**WHAT NEEDS TO BE DONE**: Repeat, please, only the lines from the top of the data down to the line with "# F5 (on face) → F6 (new body)"; include both of those lines.

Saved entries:
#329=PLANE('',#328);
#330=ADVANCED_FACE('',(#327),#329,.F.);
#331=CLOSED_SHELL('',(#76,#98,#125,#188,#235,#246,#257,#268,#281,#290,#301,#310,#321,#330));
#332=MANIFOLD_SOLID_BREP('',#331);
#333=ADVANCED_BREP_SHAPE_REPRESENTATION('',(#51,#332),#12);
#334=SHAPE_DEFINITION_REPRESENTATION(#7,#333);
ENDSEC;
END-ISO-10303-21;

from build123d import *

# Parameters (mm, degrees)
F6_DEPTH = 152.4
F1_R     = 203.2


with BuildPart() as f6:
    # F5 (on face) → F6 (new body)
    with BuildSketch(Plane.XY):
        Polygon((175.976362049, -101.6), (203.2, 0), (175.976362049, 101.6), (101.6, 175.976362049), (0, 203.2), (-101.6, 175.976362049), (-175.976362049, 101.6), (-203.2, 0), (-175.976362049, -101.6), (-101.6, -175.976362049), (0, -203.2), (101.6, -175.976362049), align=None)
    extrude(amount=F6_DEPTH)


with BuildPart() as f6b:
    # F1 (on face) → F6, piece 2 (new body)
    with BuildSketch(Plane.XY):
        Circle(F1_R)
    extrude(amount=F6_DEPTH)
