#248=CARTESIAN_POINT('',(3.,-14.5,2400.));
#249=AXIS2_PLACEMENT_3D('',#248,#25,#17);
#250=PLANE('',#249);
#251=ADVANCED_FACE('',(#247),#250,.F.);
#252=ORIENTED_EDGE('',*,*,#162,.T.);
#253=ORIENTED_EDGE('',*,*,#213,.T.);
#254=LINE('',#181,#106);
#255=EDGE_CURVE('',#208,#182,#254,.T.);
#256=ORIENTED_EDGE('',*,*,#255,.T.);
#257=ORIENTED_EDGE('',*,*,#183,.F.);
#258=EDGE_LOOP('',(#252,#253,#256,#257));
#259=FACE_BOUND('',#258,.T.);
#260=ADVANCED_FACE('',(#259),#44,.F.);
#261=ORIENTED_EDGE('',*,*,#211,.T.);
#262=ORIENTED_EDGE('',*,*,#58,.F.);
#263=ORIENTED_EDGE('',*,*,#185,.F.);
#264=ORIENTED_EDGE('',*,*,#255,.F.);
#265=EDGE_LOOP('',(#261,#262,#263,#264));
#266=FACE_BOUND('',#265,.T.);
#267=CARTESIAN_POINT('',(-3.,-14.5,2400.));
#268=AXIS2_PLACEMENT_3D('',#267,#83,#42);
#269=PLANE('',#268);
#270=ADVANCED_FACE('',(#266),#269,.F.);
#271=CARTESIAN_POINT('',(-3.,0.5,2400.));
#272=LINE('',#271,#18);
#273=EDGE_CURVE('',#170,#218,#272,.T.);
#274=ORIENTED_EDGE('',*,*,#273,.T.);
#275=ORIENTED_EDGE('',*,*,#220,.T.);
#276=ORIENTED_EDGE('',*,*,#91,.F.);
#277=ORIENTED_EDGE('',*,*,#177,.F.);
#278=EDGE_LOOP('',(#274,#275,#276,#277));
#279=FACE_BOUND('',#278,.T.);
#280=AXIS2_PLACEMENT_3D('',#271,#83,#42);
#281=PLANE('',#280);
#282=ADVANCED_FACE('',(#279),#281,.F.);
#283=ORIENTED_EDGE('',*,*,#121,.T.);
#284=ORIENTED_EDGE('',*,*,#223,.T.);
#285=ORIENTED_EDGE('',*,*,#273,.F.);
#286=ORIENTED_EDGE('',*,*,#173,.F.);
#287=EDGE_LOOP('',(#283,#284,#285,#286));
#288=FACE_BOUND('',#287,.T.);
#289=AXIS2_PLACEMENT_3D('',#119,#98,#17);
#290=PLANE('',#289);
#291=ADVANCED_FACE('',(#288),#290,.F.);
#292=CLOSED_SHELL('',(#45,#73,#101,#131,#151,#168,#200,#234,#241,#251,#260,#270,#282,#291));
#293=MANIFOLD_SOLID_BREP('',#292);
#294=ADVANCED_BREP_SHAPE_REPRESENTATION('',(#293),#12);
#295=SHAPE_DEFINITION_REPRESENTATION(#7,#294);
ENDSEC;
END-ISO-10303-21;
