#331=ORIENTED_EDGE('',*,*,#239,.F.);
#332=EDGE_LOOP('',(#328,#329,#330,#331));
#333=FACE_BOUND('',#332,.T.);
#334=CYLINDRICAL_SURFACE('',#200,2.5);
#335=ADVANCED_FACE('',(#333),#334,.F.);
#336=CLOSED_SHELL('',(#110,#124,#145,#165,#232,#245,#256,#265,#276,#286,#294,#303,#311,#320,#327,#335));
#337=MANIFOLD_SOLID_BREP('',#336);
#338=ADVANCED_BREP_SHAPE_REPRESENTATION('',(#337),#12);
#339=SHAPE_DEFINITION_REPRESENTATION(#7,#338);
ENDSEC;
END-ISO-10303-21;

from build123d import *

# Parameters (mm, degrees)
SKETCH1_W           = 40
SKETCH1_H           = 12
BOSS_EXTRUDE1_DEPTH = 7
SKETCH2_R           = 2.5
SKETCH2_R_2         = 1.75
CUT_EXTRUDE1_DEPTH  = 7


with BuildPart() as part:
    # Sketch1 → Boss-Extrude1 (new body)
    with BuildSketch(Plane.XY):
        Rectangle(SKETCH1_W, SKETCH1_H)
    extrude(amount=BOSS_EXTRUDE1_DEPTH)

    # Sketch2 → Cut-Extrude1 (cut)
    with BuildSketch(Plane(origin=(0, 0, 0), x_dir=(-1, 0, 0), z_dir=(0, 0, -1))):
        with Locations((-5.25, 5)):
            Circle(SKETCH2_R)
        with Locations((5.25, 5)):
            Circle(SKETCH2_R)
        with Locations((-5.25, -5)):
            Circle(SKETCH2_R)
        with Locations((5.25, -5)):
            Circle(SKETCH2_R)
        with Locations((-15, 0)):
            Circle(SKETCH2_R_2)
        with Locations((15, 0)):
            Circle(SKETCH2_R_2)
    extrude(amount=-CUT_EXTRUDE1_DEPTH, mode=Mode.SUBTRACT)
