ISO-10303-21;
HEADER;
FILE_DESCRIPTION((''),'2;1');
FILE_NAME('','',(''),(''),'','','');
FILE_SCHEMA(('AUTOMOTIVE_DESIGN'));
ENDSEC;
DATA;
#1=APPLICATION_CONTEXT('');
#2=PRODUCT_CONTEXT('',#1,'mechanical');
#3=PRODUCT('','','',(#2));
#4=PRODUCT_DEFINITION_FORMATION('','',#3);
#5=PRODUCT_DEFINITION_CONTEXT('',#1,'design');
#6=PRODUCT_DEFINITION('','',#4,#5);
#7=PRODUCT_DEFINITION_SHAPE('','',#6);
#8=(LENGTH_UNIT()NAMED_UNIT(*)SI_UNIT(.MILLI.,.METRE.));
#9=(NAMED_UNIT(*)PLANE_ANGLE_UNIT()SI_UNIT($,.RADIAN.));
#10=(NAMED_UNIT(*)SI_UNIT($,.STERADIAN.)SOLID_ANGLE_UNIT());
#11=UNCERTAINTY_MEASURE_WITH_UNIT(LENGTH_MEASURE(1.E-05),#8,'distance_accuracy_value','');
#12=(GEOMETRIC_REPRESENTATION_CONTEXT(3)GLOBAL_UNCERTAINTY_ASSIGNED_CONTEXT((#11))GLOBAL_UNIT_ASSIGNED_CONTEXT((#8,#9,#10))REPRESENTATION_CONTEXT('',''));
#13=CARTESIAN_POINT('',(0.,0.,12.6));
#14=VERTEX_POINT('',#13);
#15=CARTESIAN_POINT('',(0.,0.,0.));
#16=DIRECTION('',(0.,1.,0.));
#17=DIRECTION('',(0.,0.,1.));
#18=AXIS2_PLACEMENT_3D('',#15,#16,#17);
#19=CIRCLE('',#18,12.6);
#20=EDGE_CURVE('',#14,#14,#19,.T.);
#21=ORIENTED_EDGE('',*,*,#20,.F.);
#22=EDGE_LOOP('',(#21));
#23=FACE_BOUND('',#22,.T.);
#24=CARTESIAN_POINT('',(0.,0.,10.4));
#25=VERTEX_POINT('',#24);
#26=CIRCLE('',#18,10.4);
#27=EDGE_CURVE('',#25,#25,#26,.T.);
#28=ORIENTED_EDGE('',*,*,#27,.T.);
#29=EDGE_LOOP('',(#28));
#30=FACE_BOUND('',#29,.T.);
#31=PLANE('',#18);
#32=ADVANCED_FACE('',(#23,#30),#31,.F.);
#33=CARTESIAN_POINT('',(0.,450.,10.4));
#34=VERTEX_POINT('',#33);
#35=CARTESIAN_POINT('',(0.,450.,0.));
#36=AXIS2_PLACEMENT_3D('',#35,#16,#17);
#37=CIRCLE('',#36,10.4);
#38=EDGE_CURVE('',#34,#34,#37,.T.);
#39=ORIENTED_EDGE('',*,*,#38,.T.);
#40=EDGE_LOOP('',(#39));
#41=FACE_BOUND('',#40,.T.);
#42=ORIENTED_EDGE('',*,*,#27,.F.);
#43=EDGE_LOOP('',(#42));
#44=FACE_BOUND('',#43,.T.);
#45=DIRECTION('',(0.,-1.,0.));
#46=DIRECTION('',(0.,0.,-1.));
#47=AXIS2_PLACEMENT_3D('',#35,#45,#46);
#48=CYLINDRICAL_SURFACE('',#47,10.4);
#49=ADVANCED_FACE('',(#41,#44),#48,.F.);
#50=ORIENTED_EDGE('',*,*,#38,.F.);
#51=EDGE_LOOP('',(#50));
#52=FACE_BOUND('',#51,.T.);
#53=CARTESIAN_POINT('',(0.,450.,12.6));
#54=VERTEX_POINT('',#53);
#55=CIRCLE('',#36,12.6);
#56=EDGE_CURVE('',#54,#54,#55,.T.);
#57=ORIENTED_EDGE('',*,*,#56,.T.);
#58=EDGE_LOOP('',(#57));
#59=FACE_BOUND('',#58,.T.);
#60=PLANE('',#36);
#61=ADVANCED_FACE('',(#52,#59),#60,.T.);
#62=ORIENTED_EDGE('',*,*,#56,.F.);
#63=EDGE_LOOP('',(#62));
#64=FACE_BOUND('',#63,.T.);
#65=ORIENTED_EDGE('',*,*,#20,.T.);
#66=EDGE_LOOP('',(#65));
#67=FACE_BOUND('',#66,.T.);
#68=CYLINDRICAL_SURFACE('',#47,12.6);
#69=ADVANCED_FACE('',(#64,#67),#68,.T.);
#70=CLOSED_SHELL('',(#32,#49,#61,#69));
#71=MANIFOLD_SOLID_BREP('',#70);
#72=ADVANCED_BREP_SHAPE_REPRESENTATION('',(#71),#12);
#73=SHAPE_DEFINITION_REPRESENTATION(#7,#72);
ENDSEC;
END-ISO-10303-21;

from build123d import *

# Parameters (mm, degrees)
SKETCH_1_R      = 12.6
EXTRUDE_1_DEPTH = 450
SHELL_1_T       = -2.2


with BuildPart() as part:
    # 스케치1 → 보스-돌출1 (new body)
    with BuildSketch(Plane(origin=(0, 0, 0), x_dir=(1, 0, 0), z_dir=(0, 1, 0))):
        with Locations(Location((0, 0, 0), (0, 0, 270))):
            Circle(SKETCH_1_R)
    extrude(amount=EXTRUDE_1_DEPTH)

    # 쉘1
    shell_1_openings = [part.faces().sort_by_distance(p)[0] for p in [
        (0, 450, 0),
        (0, 0, 0),
    ]]
    offset(amount=SHELL_1_T, openings=shell_1_openings, kind=Kind.INTERSECTION)


solid = part.part
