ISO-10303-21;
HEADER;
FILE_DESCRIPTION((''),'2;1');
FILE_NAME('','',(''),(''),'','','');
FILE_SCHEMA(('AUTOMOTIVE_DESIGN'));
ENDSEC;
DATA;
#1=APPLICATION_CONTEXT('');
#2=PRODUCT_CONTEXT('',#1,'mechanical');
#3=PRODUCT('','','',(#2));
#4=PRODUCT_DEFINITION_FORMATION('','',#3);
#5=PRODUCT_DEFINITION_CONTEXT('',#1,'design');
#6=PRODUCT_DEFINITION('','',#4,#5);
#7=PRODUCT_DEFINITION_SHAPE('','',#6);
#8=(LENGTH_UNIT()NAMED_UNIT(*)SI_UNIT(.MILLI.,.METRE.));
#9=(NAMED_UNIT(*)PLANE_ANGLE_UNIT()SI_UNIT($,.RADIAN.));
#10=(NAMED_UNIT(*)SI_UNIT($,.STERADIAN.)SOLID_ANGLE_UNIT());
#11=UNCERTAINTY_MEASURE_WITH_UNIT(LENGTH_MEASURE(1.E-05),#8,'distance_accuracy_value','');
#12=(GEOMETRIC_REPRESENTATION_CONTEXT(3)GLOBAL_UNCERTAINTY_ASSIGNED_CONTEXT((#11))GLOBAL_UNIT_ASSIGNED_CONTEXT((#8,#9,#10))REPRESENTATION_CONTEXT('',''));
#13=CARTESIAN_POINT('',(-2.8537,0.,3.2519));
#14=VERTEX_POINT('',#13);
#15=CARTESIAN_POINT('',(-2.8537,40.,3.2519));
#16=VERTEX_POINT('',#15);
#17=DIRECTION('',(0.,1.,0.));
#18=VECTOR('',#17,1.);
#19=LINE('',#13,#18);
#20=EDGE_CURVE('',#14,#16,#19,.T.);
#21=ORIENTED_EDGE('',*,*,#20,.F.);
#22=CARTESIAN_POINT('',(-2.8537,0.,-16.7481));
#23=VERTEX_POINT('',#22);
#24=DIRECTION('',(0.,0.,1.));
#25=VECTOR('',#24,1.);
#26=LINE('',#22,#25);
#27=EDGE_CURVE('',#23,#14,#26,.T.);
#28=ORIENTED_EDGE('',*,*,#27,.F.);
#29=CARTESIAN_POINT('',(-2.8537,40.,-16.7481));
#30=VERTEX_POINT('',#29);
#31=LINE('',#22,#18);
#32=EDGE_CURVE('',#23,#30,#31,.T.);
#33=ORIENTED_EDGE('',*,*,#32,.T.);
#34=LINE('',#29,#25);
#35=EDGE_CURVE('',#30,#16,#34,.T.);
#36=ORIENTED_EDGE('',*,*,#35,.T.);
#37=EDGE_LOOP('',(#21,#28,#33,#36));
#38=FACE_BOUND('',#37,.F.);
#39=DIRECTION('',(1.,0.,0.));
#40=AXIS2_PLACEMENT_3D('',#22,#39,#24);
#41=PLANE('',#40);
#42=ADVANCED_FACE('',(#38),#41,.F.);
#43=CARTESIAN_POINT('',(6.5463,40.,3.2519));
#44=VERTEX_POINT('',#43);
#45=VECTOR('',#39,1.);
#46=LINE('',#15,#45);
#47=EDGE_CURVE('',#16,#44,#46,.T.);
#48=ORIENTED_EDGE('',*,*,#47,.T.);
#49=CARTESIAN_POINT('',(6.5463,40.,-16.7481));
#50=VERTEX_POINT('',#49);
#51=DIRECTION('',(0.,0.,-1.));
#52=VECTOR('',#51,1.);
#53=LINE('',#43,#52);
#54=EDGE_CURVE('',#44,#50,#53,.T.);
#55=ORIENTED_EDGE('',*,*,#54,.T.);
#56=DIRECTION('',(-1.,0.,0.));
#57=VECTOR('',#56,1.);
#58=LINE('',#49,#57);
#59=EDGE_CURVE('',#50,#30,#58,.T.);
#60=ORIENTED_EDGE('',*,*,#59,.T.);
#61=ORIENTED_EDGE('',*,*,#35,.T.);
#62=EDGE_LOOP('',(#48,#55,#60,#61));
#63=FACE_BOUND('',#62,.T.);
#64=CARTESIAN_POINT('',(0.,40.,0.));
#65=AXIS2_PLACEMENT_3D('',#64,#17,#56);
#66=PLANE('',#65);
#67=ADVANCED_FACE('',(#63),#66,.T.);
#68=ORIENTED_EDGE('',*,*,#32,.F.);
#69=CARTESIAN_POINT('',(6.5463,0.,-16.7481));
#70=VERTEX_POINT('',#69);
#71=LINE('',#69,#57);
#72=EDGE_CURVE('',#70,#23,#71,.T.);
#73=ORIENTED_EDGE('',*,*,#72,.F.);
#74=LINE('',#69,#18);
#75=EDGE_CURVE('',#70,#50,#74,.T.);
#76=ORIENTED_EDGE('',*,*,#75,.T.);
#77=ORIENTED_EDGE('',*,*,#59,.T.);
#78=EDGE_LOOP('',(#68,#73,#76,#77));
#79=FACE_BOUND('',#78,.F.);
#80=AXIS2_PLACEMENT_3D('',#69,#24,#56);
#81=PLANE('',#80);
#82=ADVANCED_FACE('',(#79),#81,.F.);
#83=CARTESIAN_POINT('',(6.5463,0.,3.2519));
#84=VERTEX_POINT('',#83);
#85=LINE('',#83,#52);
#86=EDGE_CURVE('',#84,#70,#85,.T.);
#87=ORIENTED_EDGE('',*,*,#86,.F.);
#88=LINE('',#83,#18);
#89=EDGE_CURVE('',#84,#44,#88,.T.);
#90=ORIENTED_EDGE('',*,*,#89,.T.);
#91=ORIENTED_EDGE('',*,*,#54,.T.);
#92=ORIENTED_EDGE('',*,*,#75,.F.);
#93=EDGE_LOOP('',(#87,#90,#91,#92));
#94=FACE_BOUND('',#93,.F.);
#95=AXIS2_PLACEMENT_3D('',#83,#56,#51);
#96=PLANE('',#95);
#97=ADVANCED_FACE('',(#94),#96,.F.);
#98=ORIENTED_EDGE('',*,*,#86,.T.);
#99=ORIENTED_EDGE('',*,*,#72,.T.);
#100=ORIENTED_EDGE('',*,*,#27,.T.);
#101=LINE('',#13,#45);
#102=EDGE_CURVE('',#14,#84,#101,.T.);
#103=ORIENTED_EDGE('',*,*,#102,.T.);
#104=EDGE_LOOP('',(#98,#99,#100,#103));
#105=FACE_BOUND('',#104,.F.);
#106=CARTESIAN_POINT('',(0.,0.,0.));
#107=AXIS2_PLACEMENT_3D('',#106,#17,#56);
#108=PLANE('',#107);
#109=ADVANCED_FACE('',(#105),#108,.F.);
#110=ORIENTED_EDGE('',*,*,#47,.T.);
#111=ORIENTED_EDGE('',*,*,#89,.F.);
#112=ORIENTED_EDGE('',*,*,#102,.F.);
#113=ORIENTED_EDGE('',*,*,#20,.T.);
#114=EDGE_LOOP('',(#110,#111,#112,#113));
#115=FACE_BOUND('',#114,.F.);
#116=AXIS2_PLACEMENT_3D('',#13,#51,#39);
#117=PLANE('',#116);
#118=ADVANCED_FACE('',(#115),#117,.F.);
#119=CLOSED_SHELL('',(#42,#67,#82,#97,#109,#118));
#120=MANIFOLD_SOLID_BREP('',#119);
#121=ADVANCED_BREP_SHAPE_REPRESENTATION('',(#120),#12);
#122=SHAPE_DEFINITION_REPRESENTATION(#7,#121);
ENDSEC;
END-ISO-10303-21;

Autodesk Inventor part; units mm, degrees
ref_plane "YZ Plane" through (0, 0, 0) normal (1, 0, 0) x (0, 1, 0)
ref_plane "XZ Plane" through (0, 0, 0) normal (0, 1, 0) x (-1, 0, 0)
ref_plane "XY Plane" through (0, 0, 0) normal (0, 0, 1) x (1, 0, 0)
sketch "Szkic1" plane through (0, 0, 0) normal (0, 1, 0) x (-1, 0, 0)
  line L0 (2.8537, 3.2519) -> (-6.5463, 3.2519)
  line L1 (-6.5463, 3.2519) -> (-6.5463, -16.7481)
  line L2 (-6.5463, -16.7481) -> (2.8537, -16.7481)
  line L3 (2.8537, -16.7481) -> (2.8537, 3.2519)
  point P0 (0, 0)
  dimension "d0" = 9.4
  dimension "d1" = 20
extrude "Wyciągnięcie proste1" add sketch "Szkic1" along normal blind 40
properties part number "li-pol_250"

**SOLUTION TO THE EXERCISE**:
#329=PLANE('',#328);
#330=ADVANCED_FACE('',(#327),#329,.F.);
#331=CLOSED_SHELL('',(#76,#98,#125,#188,#235,#246,#257,#268,#281,#290,#301,#310,#321,#330));
#332=MANIFOLD_SOLID_BREP('',#331);
#333=ADVANCED_BREP_SHAPE_REPRESENTATION('',(#51,#332),#12);
#334=SHAPE_DEFINITION_REPRESENTATION(#7,#333);
ENDSEC;
END-ISO-10303-21;

from build123d import *

# Parameters (mm, degrees)
F6_DEPTH = 152.4
F1_R     = 203.2


with BuildPart() as f6:
    # F5 (on face) → F6 (new body)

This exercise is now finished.